● Data listing
........
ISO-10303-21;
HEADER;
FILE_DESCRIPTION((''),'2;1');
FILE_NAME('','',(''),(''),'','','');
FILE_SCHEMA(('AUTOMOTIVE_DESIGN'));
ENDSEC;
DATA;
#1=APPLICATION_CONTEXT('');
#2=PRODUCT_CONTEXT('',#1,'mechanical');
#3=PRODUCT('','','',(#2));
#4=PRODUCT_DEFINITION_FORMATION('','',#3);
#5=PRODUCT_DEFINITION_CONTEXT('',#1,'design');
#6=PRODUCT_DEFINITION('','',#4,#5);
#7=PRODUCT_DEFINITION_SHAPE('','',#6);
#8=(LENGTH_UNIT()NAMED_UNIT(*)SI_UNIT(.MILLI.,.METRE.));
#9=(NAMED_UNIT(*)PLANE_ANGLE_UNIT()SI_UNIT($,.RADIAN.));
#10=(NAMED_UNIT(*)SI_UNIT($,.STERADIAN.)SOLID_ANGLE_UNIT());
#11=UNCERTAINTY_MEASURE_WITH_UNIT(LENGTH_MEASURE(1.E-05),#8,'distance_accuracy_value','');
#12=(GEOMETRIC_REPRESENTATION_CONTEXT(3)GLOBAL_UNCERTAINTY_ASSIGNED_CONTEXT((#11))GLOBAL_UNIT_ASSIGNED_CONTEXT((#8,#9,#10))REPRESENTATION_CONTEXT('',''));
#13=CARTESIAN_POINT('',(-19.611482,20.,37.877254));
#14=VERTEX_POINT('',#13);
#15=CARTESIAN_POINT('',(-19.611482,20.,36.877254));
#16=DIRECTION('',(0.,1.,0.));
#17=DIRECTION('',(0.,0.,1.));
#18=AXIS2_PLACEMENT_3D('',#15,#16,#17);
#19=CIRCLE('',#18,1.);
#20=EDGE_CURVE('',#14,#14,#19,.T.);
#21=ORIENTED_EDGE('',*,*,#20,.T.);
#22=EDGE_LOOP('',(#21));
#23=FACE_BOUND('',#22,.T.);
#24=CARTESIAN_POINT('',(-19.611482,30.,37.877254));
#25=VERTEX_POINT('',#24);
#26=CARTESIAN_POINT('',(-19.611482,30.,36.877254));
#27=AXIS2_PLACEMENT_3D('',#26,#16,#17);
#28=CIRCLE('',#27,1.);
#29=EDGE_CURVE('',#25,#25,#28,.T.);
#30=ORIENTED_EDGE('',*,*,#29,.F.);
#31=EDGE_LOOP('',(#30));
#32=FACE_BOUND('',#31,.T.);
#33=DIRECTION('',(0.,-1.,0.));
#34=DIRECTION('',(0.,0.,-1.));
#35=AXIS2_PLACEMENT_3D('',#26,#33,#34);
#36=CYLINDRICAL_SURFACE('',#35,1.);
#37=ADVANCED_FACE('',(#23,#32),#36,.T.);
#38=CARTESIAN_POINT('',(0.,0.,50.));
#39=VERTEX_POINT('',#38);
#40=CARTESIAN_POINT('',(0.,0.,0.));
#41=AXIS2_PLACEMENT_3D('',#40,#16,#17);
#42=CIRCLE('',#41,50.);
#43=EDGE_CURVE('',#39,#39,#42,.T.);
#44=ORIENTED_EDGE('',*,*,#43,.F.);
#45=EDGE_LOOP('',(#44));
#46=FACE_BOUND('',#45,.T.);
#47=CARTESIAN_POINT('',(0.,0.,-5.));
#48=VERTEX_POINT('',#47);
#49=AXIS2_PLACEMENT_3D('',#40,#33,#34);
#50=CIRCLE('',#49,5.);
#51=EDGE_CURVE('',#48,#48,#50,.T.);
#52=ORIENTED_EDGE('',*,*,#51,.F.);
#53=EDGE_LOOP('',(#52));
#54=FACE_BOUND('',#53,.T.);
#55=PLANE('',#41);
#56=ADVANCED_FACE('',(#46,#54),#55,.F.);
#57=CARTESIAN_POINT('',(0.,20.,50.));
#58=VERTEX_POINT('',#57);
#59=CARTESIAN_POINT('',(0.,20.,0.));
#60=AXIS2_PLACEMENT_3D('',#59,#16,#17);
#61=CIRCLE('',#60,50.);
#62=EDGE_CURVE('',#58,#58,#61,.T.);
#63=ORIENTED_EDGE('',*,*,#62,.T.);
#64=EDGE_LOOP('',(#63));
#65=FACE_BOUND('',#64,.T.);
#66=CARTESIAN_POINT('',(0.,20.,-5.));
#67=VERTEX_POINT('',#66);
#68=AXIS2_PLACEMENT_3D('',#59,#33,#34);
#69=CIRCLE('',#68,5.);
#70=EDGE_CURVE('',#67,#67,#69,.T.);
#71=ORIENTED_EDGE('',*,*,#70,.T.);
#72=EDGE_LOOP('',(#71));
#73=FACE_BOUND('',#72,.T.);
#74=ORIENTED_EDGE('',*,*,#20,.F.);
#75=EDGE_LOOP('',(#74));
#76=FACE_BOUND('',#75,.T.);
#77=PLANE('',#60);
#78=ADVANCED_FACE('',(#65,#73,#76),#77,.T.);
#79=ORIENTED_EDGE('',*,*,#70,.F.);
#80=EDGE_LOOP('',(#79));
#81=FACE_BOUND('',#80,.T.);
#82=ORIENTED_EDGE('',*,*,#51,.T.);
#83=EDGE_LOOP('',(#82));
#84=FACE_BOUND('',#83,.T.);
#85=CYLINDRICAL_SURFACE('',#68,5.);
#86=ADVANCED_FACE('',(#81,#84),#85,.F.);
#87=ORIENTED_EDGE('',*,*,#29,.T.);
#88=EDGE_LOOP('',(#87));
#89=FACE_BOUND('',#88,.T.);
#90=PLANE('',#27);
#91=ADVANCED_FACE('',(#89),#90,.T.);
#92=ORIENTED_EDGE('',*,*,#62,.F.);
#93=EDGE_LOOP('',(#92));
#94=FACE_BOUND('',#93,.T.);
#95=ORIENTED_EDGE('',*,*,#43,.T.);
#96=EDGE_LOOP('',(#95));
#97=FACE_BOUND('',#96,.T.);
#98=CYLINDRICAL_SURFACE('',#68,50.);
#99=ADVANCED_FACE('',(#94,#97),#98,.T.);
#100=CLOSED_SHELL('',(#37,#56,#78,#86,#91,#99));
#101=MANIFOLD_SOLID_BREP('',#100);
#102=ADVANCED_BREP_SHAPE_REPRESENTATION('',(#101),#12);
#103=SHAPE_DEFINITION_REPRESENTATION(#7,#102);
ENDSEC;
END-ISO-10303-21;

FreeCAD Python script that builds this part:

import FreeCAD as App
import Part
import Sketcher
Q = App.Units.Quantity

doc = App.newDocument("Part")
params = doc.addObject("Spreadsheet::Sheet", "Params")
for row, (alias, value) in enumerate([
    ("sketch1_diameter", "100 mm"),
    ("pad1_length", "20 mm"),
    ("sketch2_diameter", "10 mm"),
    ("pocket1_length", "20 mm"),
    ("sketch3_diameter", "2 mm"),
    ("pad2_length", "10 mm"),
], start=1):
    params.set(f"A{row}", alias)
    params.set(f"B{row}", "=" + value)
    params.setAlias(f"B{row}", alias)

body = doc.addObject("PartDesign::Body", "Body")

# Sketch on XZ plane
sketch1 = body.newObject("Sketcher::SketchObject", "Sketch")
sketch1.AttachmentSupport = (doc.getObject("XZ_Plane"), [""])
sketch1.MapMode = "FlatFace"
sketch1.addGeometry(Part.Circle(App.Vector(0, 0, 0), App.Vector(0, 0, 1), 50), False)
sketch1.addConstraint(Sketcher.Constraint("Coincident", 0, 3, -1, 1))
sketch1.addConstraint(Sketcher.Constraint("Diameter", 0, Q("100 mm")))
sketch1.setExpression("Constraints[1]", "Params.sketch1_diameter")
pad1 = body.newObject("PartDesign::Pad", "Pad")
pad1.Profile = sketch1
pad1.setExpression("Length", "Params.pad1_length")
pad1.Reversed = True

# Sketch on XZ plane
sketch2 = body.newObject("Sketcher::SketchObject", "Sketch001")
sketch2.AttachmentSupport = (doc.getObject("XZ_Plane"), [""])
sketch2.MapMode = "FlatFace"
sketch2.addGeometry(Part.Circle(App.Vector(0, 0, 0), App.Vector(0, 0, 1), 5), False)
sketch2.addConstraint(Sketcher.Constraint("Coincident", 0, 3, -1, 1))
sketch2.addConstraint(Sketcher.Constraint("Diameter", 0, Q("10 mm")))
sketch2.setExpression("Constraints[1]", "Params.sketch2_diameter")
pocket1 = body.newObject("PartDesign::Pocket", "Pocket")
pocket1.Profile = sketch2
pocket1.setExpression("Length", "Params.pocket1_length")

# Sketch on XZ plane
sketch3 = body.newObject("Sketcher::SketchObject", "Sketch002")
sketch3.AttachmentSupport = (doc.getObject("XZ_Plane"), [""])
sketch3.MapMode = "FlatFace"
sketch3.AttachmentOffset = App.Placement(App.Vector(0, 0, -20), App.Rotation())
sketch3.addGeometry(Part.Circle(App.Vector(-19.6, 36.9, 0), App.Vector(0, 0, 1), 1), False)
sketch3.addConstraint(Sketcher.Constraint("Diameter", 0, Q("2 mm")))
sketch3.addConstraint(Sketcher.Constraint("DistanceX", 0, 3, -1, 1, Q("19.611482 mm")))
sketch3.addConstraint(Sketcher.Constraint("DistanceY", -1, 1, 0, 3, Q("36.877254 mm")))
sketch3.setExpression("Constraints[0]", "Params.sketch3_diameter")
pad2 = body.newObject("PartDesign::Pad", "Pad001")
pad2.Profile = sketch3
pad2.setExpression("Length", "Params.pad2_length")
pad2.Reversed = True

doc.recompute()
........
● Problem statement
Only the lines above from the one with "#31=EDGE_LOOP('',(#30));" up to and including the one with "#41=AXIS2_PLACEMENT_3D('',#40,#16,#17);" should be repeated, exactly as written.

● Answer for this exercise
#31=EDGE_LOOP('',(#30));
#32=FACE_BOUND('',#31,.T.);
#33=DIRECTION('',(0.,-1.,0.));
#34=DIRECTION('',(0.,0.,-1.));
#35=AXIS2_PLACEMENT_3D('',#26,#33,#34);
#36=CYLINDRICAL_SURFACE('',#35,1.);
#37=ADVANCED_FACE('',(#23,#32),#36,.T.);
#38=CARTESIAN_POINT('',(0.,0.,50.));
#39=VERTEX_POINT('',#38);
#40=CARTESIAN_POINT('',(0.,0.,0.));
#41=AXIS2_PLACEMENT_3D('',#40,#16,#17);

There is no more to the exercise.